This week, Lucius Flatley called a weekend meeting of the coffee shop regulars to discuss the U.S. infrastructure and its affect on the future of the country. They talked mostly about transportation – roads, bridges, rail, air – since this was something on which they could agree as a national need and a national benefit.
They began with history. First was the example of the 19th-century U.S. cross-continental railroad, undertaken even while the Civil War raged. It was followed by the Eisenhower interstate road system, undertaken when the World War II indebtedness ratio far exceeded the present national debt. The group concluded that these major undertakings showed that even in tough times, America is capable of investment. They also agreed that these two achievements not only disprove the bankruptcy fears of Tea Party wingnuts, they also show how far the Republican Party has retreated from its days of greatness.
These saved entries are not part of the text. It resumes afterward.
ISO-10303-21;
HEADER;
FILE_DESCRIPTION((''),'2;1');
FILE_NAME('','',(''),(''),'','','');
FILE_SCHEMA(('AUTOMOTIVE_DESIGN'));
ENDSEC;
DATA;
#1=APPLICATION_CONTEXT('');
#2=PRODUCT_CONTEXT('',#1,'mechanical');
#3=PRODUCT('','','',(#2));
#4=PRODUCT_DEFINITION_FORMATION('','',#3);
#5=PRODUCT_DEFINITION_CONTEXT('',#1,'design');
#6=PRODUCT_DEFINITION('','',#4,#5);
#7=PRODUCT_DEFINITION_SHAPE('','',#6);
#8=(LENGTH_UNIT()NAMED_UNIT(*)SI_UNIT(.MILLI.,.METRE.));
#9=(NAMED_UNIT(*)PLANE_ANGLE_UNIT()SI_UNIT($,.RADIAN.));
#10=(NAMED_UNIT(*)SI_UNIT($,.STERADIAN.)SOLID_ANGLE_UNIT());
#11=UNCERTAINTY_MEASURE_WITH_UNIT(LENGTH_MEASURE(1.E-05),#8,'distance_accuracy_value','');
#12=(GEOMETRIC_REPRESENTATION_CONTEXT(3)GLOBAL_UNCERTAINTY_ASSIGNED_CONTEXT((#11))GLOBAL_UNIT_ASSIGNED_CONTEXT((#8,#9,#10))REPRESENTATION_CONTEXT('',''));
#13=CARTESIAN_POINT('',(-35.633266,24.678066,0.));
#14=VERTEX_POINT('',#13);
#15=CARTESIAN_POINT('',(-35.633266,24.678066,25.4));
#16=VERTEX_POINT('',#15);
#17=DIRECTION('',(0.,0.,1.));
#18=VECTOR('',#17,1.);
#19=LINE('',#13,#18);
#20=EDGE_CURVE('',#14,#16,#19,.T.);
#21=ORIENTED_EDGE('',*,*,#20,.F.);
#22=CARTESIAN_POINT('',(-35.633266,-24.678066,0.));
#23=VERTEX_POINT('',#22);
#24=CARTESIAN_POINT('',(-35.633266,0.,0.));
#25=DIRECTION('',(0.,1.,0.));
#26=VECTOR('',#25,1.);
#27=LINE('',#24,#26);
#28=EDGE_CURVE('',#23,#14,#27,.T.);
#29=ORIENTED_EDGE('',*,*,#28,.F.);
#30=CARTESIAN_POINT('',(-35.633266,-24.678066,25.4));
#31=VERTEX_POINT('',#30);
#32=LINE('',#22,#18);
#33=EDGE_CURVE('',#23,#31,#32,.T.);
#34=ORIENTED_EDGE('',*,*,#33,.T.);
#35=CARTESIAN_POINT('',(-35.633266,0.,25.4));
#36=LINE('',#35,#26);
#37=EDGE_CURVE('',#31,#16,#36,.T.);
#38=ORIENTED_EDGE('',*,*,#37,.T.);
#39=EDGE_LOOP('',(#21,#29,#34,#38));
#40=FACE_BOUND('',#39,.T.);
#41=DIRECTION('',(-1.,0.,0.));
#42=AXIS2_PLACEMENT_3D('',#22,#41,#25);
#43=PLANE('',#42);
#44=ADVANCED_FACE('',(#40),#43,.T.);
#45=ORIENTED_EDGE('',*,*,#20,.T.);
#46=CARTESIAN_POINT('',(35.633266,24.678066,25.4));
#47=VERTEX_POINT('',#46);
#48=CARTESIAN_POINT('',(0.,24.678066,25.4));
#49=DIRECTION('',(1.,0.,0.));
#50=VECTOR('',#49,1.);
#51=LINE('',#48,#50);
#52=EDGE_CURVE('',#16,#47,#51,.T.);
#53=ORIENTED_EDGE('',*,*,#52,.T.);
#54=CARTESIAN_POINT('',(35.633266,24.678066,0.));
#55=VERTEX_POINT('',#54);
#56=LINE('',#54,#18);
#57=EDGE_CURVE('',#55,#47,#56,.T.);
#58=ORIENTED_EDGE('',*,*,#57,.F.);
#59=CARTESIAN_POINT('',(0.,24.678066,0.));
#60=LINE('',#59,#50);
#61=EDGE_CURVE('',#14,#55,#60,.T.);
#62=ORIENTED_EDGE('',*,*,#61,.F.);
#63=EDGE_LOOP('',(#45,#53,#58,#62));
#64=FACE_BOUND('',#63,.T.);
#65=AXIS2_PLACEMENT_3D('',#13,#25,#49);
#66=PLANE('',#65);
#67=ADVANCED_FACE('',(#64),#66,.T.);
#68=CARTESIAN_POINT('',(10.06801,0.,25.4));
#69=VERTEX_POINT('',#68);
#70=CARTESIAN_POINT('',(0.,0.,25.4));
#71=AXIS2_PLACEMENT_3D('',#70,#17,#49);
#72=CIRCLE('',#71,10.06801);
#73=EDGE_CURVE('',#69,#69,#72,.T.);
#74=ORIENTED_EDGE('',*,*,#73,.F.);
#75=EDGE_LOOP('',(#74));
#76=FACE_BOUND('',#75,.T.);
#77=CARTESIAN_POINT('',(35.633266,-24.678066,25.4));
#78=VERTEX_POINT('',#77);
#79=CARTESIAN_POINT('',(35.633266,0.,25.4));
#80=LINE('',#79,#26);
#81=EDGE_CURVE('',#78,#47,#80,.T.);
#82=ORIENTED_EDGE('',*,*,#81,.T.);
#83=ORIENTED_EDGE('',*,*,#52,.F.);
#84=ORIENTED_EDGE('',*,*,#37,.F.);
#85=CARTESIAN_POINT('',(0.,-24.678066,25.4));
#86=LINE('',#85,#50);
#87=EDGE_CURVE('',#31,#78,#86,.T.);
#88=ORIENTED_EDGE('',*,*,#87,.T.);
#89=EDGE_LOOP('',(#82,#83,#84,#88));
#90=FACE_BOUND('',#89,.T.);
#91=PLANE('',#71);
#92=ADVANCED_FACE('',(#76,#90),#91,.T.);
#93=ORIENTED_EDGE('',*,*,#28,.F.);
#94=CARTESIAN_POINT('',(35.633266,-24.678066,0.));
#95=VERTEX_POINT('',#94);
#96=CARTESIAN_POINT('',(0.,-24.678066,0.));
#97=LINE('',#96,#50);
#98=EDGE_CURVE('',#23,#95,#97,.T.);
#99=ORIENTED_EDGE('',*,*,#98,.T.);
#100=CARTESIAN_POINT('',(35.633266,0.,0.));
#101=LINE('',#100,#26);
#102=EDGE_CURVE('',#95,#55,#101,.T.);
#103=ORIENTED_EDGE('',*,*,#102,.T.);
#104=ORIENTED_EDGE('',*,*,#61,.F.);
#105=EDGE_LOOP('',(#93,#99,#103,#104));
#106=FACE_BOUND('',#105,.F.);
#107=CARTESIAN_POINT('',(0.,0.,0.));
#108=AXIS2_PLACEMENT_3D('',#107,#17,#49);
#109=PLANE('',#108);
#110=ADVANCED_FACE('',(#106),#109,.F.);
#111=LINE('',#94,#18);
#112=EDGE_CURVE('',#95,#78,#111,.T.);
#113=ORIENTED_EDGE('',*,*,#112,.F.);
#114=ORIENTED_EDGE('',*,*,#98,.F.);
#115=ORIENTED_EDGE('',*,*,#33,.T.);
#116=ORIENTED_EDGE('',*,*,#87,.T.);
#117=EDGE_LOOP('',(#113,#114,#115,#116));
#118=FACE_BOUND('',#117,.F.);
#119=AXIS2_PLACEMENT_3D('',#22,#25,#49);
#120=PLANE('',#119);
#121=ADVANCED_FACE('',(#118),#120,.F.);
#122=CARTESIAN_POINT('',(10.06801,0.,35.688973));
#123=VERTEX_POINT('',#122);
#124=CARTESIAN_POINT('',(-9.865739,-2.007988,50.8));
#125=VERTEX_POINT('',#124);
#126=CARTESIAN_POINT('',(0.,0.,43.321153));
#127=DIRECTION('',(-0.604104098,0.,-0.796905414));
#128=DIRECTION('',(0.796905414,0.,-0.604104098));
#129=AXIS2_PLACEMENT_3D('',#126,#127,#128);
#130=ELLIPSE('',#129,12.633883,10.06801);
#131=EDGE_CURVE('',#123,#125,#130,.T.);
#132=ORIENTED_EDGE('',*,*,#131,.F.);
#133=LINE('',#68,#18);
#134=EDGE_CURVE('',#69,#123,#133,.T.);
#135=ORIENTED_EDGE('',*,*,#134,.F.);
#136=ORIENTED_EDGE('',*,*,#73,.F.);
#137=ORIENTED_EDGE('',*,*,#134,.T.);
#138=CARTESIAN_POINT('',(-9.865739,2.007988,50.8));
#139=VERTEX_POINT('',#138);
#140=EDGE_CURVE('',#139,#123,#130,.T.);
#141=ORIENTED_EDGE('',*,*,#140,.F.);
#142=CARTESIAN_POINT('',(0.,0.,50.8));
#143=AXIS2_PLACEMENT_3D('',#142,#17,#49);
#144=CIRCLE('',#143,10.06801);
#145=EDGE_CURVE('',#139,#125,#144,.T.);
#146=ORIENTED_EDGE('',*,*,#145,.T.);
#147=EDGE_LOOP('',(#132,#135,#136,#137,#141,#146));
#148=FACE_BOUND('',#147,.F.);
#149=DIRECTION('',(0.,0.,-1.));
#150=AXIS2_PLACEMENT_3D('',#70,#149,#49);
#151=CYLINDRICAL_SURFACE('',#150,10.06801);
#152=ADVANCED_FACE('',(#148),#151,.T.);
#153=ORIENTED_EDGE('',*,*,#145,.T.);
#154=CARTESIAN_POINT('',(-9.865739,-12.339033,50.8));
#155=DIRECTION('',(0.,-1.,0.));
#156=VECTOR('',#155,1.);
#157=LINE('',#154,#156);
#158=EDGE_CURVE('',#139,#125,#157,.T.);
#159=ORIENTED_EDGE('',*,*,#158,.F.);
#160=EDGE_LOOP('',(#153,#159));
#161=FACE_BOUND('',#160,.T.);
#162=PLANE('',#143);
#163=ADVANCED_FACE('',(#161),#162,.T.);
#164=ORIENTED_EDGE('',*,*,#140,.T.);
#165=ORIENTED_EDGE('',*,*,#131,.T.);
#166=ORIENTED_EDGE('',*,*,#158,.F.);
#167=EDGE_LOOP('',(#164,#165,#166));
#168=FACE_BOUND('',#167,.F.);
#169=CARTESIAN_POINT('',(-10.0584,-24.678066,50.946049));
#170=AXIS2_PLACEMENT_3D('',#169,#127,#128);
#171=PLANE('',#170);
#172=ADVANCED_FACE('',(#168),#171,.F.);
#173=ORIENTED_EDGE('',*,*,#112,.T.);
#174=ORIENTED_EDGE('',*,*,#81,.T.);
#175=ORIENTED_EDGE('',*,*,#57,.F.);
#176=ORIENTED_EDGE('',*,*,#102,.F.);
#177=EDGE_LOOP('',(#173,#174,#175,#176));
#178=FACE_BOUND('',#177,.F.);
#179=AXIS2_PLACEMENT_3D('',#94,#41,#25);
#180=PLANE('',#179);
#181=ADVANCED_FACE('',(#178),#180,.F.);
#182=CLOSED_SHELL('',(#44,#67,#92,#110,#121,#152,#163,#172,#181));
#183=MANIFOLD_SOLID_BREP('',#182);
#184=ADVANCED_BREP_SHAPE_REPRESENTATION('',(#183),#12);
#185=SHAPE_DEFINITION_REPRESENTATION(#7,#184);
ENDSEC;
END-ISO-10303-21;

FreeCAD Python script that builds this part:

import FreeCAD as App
import Part
import Sketcher
Q = App.Units.Quantity

doc = App.newDocument("Part")
body = doc.addObject("PartDesign::Body", "Body")

# Sketch on XY plane
sketch1 = body.newObject("Sketcher::SketchObject", "Sketch")
sketch1.AttachmentSupport = (doc.getObject("XY_Plane"), [""])
sketch1.MapMode = "FlatFace"
sketch1.addGeometry([
    Part.LineSegment(App.Vector(-36, 25, 0), App.Vector(-36, -25, 0)),
    Part.LineSegment(App.Vector(-36, -25, 0), App.Vector(36, -25, 0)),
    Part.LineSegment(App.Vector(36, -25, 0), App.Vector(36, 25, 0)),
    Part.LineSegment(App.Vector(36, 25, 0), App.Vector(-36, 25, 0)),
], False)
sketch1.addConstraint([
    Sketcher.Constraint("Coincident", 0, 2, 1, 1),
    Sketcher.Constraint("Coincident", 1, 2, 2, 1),
    Sketcher.Constraint("Coincident", 2, 2, 3, 1),
    Sketcher.Constraint("Coincident", 3, 2, 0, 1),
    Sketcher.Constraint("Vertical", 0),
    Sketcher.Constraint("Horizontal", 1),
    Sketcher.Constraint("Vertical", 2),
    Sketcher.Constraint("Horizontal", 3),
    Sketcher.Constraint("Symmetric", 0, 2, 2, 2, -1, 1),
    Sketcher.Constraint("DistanceX", 1, 1, 1, 2, 71.266532),
    Sketcher.Constraint("DistanceY", 0, 2, 0, 1, 49.356132),
])
pad1 = body.newObject("PartDesign::Pad", "Pad")
pad1.Profile = sketch1
pad1.Length = Q("1 in")

# Sketch on XY plane
sketch2 = body.newObject("Sketcher::SketchObject", "Sketch001")
sketch2.AttachmentSupport = (doc.getObject("XY_Plane"), [""])
sketch2.MapMode = "FlatFace"
sketch2.AttachmentOffset = App.Placement(App.Vector(0, 0, 1 * 25.4), App.Rotation())
sketch2.addGeometry(Part.Circle(App.Vector(0, 0, 0), App.Vector(0, 0, 1), 10), False)
sketch2.addConstraint([
    Sketcher.Constraint("Coincident", 0, 3, -1, 1),
    Sketcher.Constraint("Diameter", 0, 20.13602),
])
pad2 = body.newObject("PartDesign::Pad", "Pad001")
pad2.Profile = sketch2
pad2.Length = Q("1 in")

# Sketch on XZ plane
sketch3 = body.newObject("Sketcher::SketchObject", "Sketch002")
sketch3.AttachmentSupport = (doc.getObject("XZ_Plane"), [""])
sketch3.MapMode = "FlatFace"
sketch3.AttachmentOffset = App.Placement(App.Vector(0, 0, 24.678066), App.Rotation())
sketch3.addGeometry([
    Part.LineSegment(App.Vector(16, 51, 0), App.Vector(-10, 51, 0)),
    Part.LineSegment(App.Vector(-10, 51, 0), App.Vector(16, 31, 0)),
    Part.LineSegment(App.Vector(16, 31, 0), App.Vector(16, 51, 0)),
], False)
sketch3.addConstraint([
    Sketcher.Constraint("Coincident", 0, 2, 1, 1),
    Sketcher.Constraint("Coincident", 1, 2, 2, 1),
    Sketcher.Constraint("Coincident", 2, 2, 0, 1),
    Sketcher.Constraint("Horizontal", 0),
    Sketcher.Constraint("Vertical", 2),
    Sketcher.Constraint("DistanceX", 0, 2, -1, 1, Q("0.396 in")),
    Sketcher.Constraint("DistanceY", 2, 1, 2, 2, 19.589029),
    Sketcher.Constraint("Distance", 1, 32.426579),
    Sketcher.Constraint("DistanceY", -1, 1, 0, 2, 50.946049),
])
pocket1 = body.newObject("PartDesign::Pocket", "Pocket")
pocket1.Profile = sketch3
pocket1.Length = Q("1.82 in")

doc.recompute()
Countries devastated by war (think Japan, France, Germany) began their high-speed rail networks over a half-century ago while the rich United States, with the greatest rail system in the world, chose to not invest. Today there is not a single high-speed train anywhere in America. America’s fastest and most prestigious intercity train, the Acela from Washington to New York and Boston, averages 70 mph, while a similar train in Europe from Paris to Lyon averages 140 mph.
According to the World Economic Forum, today the U.S. ranks 23rd in the world in overall quality of its transportation structure -somewhere between Spain and Chile. Some 30,000 Americans were killed on U.S. roads last year; the road fatality rate is 60 percent above the world average. Among the world’s industrialized countries, only Hungary and Rumania waste more time in commuting traffic. In 2008, the U.S. National Surface Transportation Policy and Revenue Study Commission said that $255 billion was needed annually just to maintain a reasonable level of efficiency. Less than 60 percent of that amount has been spent in any year since Ronald Reagan took office.
Part of the reason for the lack of investment is the U.S. gas tax policy is shortsighted. The basic cost of gasoline (production, distribution) is about the same here as in Europe. but in Europe the price at the pump is about $9 per gallon versus about $4 here. The difference is the tax – an average of $5 per gallon versus 30 cents. The European tax represents the overall costs of automobiles; everything from highway and bridge construction to hospital costs for accident victims – even some compensation for long-range damage to the environment. The U.S. uses such shortsighted schemes as bonds, borrowing or appropriations from general taxes, and this Band-Aid system has failed to keep up with history.
But another reason for failure of the national nerve is the blathering of politicians who seek power through fear.
The founding fathers failed to limit the terms of politicians and, unfortunately, political office has become a career, with re-election the main purpose of Congress. Rather than lose soft leather chairs and reserved parking at the national airport, House Republicans daily enact the fable of Chicken Little: “The sky is falling!! The sky is falling!!” We have Henny Pennys in the persons of Dopey DeWint of South Carolina, No-Brainer Boehner of Ohio, Bilious Bachman from Minnesota, Colostomy Claghorn of Alabama and Oscillating Olympia from Auburn.
With this gutless fringe blocking the roadway, and fiscal fear replacing the Cold War as the “wolf at the door,” the country is not only failing to progress, it is regressing. The future is no longer ours – it belongs to the gutless office seekers.
During the 1950s, the tax rate hit 91 percent and growth was phenomenal. In 1993, the tax on high incomes produced eight years of boom with a balanced budget. Try telling that to the new breed of Republican statesmen.
By ceding America’s position in the world, those politicians who caterwaul about leaving debts for grandchildren are really leaving them a country that will soon be a second-class nation.